_Aim of the exercise_. Pull out of the data below the stretch of lines bounded by the one containing "18.632278), (-5.035582, 16.54355))" and the one containing "Line((-3, 10), (-3, 0))", both bounds included, unchanged.

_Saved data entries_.
☆ ☆ ☆ ☆ ☆

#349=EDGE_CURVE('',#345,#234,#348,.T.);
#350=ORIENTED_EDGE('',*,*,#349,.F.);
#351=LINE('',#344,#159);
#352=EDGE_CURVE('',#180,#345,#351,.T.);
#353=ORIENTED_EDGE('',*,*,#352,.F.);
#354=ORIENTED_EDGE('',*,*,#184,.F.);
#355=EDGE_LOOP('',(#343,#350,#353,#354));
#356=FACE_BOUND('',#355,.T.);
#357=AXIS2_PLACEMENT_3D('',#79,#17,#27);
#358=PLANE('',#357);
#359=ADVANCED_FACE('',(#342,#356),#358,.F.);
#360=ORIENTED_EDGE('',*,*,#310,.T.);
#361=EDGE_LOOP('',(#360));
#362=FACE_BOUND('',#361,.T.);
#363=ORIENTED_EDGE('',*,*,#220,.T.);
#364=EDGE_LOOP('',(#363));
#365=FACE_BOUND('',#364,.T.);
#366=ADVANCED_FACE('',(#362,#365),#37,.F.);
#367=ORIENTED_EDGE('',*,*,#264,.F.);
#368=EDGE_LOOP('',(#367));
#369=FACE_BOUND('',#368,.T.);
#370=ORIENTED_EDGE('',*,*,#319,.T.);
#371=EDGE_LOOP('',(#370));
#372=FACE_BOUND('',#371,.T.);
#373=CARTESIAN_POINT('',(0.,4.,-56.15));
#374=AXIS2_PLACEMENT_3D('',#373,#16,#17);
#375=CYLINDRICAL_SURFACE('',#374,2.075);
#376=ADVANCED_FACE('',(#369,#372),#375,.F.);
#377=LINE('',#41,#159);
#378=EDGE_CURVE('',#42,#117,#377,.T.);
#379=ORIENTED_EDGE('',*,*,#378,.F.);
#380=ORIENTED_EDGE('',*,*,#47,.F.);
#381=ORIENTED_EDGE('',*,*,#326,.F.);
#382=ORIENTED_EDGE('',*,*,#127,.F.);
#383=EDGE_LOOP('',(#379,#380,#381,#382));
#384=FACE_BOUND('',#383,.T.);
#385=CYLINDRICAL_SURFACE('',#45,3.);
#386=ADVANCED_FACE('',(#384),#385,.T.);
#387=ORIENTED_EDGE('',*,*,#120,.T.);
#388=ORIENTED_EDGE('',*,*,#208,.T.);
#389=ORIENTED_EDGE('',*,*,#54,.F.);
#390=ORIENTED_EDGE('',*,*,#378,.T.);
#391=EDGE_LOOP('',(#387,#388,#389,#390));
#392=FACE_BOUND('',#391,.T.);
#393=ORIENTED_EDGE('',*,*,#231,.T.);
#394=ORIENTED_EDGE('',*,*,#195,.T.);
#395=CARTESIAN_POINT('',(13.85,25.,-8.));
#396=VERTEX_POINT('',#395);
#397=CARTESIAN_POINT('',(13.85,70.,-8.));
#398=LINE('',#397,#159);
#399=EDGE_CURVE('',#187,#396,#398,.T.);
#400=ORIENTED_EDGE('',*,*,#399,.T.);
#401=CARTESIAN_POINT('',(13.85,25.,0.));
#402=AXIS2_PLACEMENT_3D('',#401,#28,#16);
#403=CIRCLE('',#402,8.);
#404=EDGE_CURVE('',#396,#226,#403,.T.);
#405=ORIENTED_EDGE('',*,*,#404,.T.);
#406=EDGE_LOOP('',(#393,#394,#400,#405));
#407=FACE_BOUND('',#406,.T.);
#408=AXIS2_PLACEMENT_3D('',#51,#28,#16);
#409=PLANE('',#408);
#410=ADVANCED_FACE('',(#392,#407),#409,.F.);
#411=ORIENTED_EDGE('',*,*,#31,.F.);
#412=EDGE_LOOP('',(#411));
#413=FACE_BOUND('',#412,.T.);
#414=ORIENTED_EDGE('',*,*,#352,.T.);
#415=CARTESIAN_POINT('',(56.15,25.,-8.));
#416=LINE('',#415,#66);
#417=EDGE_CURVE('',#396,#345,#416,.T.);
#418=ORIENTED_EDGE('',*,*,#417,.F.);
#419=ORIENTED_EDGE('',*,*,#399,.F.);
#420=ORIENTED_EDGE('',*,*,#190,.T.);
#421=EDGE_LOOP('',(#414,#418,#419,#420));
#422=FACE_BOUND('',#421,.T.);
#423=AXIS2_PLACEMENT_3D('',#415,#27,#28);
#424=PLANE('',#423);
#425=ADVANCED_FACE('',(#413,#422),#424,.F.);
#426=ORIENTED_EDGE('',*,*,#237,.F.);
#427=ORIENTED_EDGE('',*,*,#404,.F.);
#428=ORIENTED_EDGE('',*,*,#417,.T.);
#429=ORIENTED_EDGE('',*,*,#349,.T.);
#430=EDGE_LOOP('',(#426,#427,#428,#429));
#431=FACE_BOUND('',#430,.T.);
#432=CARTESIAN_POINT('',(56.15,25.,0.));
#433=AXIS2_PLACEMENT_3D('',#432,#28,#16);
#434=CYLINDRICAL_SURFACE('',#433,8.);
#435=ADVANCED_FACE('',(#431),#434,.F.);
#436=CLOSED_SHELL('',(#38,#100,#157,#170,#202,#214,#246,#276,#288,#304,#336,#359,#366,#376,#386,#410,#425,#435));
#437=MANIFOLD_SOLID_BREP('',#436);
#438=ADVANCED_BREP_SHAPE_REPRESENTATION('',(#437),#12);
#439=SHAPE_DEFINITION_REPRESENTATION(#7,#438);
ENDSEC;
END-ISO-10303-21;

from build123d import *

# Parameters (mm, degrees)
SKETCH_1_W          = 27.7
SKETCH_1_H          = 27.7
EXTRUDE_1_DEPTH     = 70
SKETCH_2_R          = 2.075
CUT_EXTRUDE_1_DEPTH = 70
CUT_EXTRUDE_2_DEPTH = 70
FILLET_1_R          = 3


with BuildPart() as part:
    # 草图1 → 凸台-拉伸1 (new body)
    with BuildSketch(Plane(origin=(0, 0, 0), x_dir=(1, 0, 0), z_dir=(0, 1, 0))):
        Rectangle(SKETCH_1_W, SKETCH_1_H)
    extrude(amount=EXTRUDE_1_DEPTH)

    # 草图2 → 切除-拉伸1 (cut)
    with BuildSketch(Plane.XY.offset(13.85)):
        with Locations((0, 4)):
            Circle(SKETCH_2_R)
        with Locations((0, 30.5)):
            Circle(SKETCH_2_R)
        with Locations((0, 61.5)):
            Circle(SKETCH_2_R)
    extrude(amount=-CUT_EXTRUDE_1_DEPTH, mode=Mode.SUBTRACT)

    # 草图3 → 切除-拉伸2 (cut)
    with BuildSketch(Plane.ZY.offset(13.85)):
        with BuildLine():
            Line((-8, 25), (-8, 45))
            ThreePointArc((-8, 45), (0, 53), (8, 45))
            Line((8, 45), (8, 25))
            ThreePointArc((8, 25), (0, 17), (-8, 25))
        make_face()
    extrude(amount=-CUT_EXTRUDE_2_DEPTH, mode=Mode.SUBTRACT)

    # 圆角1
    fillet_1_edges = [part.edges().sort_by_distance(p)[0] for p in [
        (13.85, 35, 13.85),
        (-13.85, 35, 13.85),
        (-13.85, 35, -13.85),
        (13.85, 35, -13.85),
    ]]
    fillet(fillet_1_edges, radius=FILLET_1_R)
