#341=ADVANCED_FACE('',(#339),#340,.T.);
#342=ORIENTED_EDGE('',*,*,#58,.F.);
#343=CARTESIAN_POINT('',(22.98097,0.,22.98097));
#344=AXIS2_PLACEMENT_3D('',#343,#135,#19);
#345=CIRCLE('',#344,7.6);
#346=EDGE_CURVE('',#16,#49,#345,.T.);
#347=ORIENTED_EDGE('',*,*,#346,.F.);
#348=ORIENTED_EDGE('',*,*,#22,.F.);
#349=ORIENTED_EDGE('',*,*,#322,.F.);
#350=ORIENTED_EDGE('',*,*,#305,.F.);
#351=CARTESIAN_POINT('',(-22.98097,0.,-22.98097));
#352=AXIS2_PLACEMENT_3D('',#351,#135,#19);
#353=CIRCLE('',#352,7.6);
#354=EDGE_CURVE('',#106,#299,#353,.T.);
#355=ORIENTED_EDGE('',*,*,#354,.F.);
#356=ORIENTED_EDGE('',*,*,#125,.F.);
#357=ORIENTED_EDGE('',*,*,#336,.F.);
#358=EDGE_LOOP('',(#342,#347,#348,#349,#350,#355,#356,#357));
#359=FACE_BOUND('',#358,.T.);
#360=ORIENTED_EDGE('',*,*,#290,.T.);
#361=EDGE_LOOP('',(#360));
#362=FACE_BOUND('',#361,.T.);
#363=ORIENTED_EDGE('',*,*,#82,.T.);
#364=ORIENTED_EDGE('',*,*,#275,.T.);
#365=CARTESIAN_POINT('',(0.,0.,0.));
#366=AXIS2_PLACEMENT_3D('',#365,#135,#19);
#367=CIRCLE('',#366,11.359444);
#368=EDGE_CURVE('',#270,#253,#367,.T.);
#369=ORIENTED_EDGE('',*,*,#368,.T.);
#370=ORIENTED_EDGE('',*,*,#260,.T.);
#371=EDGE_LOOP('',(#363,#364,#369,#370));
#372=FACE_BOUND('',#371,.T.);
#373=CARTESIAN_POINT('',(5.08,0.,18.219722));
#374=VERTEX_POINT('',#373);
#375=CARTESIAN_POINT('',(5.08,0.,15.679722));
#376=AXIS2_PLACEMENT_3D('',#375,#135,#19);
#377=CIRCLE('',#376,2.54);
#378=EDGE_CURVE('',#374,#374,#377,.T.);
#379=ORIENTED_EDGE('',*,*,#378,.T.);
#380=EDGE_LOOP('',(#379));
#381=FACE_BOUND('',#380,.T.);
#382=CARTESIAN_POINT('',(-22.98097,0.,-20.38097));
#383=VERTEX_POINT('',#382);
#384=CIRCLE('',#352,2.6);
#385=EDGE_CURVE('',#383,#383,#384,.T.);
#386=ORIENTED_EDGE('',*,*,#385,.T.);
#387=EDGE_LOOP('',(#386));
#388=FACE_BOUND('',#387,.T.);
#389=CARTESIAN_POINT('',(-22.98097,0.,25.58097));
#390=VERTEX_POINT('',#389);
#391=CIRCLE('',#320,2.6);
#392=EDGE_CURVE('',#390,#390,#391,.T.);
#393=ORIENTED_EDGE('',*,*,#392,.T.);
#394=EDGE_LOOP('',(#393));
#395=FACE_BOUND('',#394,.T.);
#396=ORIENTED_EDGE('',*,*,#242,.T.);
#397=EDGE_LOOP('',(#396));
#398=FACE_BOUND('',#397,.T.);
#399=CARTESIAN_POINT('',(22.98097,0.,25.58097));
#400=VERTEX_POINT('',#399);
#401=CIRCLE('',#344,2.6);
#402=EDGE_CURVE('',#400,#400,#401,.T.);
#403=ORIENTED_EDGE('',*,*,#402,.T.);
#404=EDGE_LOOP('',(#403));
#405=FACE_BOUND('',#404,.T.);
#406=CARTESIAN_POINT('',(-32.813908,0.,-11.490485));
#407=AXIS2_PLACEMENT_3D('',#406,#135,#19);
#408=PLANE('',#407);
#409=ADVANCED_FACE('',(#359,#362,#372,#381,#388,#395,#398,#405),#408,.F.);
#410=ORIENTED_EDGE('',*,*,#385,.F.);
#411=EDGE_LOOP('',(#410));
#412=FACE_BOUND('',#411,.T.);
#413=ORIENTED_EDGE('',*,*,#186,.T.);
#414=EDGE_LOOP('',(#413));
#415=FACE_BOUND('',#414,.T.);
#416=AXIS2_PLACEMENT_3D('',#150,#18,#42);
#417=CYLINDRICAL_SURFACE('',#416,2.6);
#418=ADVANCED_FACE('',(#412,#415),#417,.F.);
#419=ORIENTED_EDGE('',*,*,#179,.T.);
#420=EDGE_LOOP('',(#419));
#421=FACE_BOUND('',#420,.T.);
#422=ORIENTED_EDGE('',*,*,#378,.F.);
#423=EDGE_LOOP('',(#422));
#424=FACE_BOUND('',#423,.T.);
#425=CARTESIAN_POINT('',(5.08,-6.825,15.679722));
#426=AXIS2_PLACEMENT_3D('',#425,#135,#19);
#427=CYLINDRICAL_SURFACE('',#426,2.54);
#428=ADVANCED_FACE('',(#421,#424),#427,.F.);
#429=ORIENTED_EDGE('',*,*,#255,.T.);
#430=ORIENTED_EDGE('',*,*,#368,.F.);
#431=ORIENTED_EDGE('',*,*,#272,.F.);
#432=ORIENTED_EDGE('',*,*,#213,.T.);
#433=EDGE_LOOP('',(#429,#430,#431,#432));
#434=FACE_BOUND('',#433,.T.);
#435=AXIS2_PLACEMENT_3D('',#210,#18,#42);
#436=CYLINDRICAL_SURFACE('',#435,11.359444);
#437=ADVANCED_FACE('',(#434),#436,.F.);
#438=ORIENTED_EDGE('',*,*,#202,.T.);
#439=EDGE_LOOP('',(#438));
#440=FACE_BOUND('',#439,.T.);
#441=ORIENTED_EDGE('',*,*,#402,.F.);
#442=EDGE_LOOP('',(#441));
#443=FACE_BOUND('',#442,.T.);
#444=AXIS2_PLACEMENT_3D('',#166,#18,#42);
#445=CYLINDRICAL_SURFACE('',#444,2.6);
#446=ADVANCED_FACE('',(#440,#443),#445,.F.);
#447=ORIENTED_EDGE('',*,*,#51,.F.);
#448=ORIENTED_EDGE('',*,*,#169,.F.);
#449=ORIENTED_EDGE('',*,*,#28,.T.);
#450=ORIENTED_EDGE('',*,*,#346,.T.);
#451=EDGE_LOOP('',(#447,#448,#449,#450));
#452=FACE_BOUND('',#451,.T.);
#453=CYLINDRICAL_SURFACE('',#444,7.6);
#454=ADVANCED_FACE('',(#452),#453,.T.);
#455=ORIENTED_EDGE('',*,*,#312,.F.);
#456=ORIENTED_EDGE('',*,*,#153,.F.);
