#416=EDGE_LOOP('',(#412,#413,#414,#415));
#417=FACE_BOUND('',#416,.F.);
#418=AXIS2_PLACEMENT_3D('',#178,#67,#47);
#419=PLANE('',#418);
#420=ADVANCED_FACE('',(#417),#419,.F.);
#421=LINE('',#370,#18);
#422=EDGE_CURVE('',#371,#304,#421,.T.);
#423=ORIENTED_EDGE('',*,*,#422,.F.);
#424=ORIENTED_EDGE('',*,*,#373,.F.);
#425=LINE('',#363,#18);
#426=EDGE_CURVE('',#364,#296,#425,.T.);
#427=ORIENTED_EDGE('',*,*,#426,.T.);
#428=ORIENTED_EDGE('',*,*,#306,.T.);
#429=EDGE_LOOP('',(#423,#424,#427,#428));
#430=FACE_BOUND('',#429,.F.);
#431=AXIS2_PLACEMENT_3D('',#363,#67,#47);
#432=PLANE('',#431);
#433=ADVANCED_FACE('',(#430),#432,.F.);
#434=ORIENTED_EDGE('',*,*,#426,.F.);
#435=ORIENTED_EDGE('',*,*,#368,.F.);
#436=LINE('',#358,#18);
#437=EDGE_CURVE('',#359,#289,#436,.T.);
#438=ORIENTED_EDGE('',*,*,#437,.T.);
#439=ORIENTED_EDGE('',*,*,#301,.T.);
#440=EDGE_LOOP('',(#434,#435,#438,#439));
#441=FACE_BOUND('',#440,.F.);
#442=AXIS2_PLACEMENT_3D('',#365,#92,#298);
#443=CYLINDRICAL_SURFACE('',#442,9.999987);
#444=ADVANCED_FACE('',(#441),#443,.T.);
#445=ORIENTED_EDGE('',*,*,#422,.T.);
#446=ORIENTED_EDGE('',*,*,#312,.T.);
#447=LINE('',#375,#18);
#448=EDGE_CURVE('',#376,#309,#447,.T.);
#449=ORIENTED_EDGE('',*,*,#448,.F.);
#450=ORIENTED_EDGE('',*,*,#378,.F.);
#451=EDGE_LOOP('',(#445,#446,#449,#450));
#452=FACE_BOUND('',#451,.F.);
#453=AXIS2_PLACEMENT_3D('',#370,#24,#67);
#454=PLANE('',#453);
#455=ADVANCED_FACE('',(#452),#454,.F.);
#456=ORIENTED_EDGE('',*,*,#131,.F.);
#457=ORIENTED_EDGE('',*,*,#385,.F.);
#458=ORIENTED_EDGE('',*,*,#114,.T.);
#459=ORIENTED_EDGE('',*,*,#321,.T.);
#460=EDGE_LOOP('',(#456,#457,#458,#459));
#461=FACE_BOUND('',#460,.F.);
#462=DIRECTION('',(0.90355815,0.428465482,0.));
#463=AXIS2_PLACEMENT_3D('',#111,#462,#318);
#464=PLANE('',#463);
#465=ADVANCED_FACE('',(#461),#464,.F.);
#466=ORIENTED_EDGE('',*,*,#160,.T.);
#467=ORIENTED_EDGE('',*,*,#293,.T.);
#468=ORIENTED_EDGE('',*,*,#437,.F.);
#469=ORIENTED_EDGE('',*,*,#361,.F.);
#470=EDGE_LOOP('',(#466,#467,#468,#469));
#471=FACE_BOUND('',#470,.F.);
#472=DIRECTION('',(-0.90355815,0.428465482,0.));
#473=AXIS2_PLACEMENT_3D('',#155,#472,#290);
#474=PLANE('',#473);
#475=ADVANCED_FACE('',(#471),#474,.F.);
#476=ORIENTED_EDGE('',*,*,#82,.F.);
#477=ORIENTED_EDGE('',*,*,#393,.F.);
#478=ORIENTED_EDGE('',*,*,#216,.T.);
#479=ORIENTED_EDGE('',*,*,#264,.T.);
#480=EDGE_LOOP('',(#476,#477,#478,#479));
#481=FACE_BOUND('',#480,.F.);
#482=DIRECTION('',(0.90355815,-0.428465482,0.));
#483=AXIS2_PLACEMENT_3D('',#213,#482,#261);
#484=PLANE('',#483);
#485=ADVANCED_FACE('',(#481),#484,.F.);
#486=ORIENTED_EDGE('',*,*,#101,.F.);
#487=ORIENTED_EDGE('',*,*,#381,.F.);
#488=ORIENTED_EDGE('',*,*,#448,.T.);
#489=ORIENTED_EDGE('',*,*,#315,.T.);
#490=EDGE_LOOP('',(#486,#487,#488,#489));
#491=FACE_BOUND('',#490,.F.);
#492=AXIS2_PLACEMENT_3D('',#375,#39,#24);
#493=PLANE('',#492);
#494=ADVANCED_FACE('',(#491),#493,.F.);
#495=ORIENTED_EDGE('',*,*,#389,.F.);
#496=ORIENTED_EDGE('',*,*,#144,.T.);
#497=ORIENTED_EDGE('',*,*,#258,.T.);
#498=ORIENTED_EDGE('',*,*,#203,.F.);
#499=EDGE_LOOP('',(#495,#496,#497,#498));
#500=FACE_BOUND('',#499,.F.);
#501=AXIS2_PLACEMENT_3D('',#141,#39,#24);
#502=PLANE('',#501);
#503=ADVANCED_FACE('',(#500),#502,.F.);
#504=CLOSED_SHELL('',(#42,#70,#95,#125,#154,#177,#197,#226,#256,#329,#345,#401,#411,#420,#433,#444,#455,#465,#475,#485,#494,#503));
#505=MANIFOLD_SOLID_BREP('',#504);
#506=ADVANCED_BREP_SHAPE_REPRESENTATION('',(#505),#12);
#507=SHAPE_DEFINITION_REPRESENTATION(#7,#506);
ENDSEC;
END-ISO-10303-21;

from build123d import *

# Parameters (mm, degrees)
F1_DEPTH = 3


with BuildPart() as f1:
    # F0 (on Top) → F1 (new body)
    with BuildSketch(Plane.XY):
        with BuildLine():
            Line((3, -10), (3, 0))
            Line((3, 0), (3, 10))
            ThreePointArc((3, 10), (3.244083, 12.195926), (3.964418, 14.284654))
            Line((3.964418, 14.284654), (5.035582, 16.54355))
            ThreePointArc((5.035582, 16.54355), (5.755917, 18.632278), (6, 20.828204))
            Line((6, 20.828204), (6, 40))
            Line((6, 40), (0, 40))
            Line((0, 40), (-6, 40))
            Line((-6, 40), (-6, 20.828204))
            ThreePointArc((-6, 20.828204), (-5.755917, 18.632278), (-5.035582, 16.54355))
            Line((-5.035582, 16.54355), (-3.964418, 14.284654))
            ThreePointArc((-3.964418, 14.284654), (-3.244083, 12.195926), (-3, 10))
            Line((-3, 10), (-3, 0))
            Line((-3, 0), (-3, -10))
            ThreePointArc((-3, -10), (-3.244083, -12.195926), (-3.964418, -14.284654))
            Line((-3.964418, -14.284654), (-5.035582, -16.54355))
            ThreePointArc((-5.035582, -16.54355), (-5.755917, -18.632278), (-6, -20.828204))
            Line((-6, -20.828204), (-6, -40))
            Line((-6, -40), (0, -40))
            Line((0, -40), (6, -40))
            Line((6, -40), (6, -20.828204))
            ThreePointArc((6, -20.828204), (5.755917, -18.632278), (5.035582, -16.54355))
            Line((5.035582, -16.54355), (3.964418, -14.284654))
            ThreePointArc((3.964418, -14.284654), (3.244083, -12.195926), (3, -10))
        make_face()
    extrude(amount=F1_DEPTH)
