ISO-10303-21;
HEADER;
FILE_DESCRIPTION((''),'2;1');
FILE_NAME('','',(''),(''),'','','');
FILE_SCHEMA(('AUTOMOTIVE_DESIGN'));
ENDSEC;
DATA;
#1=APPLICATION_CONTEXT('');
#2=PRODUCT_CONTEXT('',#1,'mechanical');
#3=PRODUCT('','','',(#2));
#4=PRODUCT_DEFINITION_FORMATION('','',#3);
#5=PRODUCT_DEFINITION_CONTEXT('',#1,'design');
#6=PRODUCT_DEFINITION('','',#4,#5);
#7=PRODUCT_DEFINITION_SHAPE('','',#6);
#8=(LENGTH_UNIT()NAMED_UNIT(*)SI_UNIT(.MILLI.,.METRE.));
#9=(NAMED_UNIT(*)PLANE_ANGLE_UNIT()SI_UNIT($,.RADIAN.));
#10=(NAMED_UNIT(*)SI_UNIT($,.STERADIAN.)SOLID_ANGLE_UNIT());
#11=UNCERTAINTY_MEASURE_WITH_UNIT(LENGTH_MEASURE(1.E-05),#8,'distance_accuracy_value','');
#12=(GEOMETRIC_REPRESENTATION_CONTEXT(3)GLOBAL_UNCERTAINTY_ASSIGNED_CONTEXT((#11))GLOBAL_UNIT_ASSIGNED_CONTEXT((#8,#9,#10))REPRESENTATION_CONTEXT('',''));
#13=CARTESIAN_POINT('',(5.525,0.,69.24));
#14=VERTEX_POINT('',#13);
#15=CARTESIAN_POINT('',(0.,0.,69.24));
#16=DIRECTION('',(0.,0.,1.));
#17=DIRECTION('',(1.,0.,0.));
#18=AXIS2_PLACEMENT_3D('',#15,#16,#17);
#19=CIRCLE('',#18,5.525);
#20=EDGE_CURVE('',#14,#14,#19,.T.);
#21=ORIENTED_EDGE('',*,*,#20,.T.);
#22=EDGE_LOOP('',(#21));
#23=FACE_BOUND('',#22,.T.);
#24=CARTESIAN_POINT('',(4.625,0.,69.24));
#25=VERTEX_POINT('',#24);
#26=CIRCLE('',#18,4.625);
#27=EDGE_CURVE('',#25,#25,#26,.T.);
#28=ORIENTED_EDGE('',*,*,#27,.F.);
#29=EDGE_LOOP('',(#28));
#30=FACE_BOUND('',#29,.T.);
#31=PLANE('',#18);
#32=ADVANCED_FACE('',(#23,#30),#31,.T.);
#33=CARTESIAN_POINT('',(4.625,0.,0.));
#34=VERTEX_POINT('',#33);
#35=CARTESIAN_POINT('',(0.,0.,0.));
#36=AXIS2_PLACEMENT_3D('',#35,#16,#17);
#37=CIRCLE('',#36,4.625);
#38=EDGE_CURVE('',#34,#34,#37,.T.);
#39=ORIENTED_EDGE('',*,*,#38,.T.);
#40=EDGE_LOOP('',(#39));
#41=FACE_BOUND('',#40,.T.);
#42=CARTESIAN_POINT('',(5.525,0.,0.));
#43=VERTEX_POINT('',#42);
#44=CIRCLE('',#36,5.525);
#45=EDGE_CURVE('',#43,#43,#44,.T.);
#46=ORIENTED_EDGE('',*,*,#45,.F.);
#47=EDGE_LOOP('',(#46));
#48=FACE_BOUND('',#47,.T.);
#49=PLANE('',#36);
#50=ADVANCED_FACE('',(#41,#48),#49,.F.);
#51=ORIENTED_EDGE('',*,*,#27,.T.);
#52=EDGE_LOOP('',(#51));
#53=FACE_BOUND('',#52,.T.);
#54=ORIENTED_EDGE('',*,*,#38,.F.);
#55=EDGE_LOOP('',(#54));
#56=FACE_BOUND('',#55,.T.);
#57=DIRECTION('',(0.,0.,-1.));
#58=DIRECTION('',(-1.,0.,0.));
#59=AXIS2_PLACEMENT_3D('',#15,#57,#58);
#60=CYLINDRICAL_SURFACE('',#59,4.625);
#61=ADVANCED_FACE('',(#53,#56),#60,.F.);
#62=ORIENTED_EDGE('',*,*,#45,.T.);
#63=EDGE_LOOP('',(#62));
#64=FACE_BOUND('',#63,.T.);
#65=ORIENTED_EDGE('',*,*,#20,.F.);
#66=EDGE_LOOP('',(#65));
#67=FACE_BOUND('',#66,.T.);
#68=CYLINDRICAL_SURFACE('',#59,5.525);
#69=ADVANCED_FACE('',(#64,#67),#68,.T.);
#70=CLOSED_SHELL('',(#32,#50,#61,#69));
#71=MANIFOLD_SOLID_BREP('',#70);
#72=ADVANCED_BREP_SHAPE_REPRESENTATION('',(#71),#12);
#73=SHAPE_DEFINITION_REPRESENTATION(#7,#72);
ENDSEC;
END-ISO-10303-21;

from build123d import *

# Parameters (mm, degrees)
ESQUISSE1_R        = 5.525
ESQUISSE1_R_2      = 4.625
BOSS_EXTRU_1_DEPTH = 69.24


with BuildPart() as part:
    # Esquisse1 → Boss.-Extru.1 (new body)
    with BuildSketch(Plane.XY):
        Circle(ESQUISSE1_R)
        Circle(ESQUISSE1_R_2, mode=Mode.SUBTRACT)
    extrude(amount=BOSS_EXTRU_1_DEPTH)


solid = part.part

☆ ☆ ☆ ☆ ☆

_Your response_.
            ThreePointArc((-6, 20.828204), (-5.755917, 18.632278), (-5.035582, 16.54355))
            Line((-5.035582, 16.54355), (-3.964418, 14.284654))
            ThreePointArc((-3.964418, 14.284654), (-3.244083, 12.195926), (-3, 10))
            Line((-3, 10), (-3, 0))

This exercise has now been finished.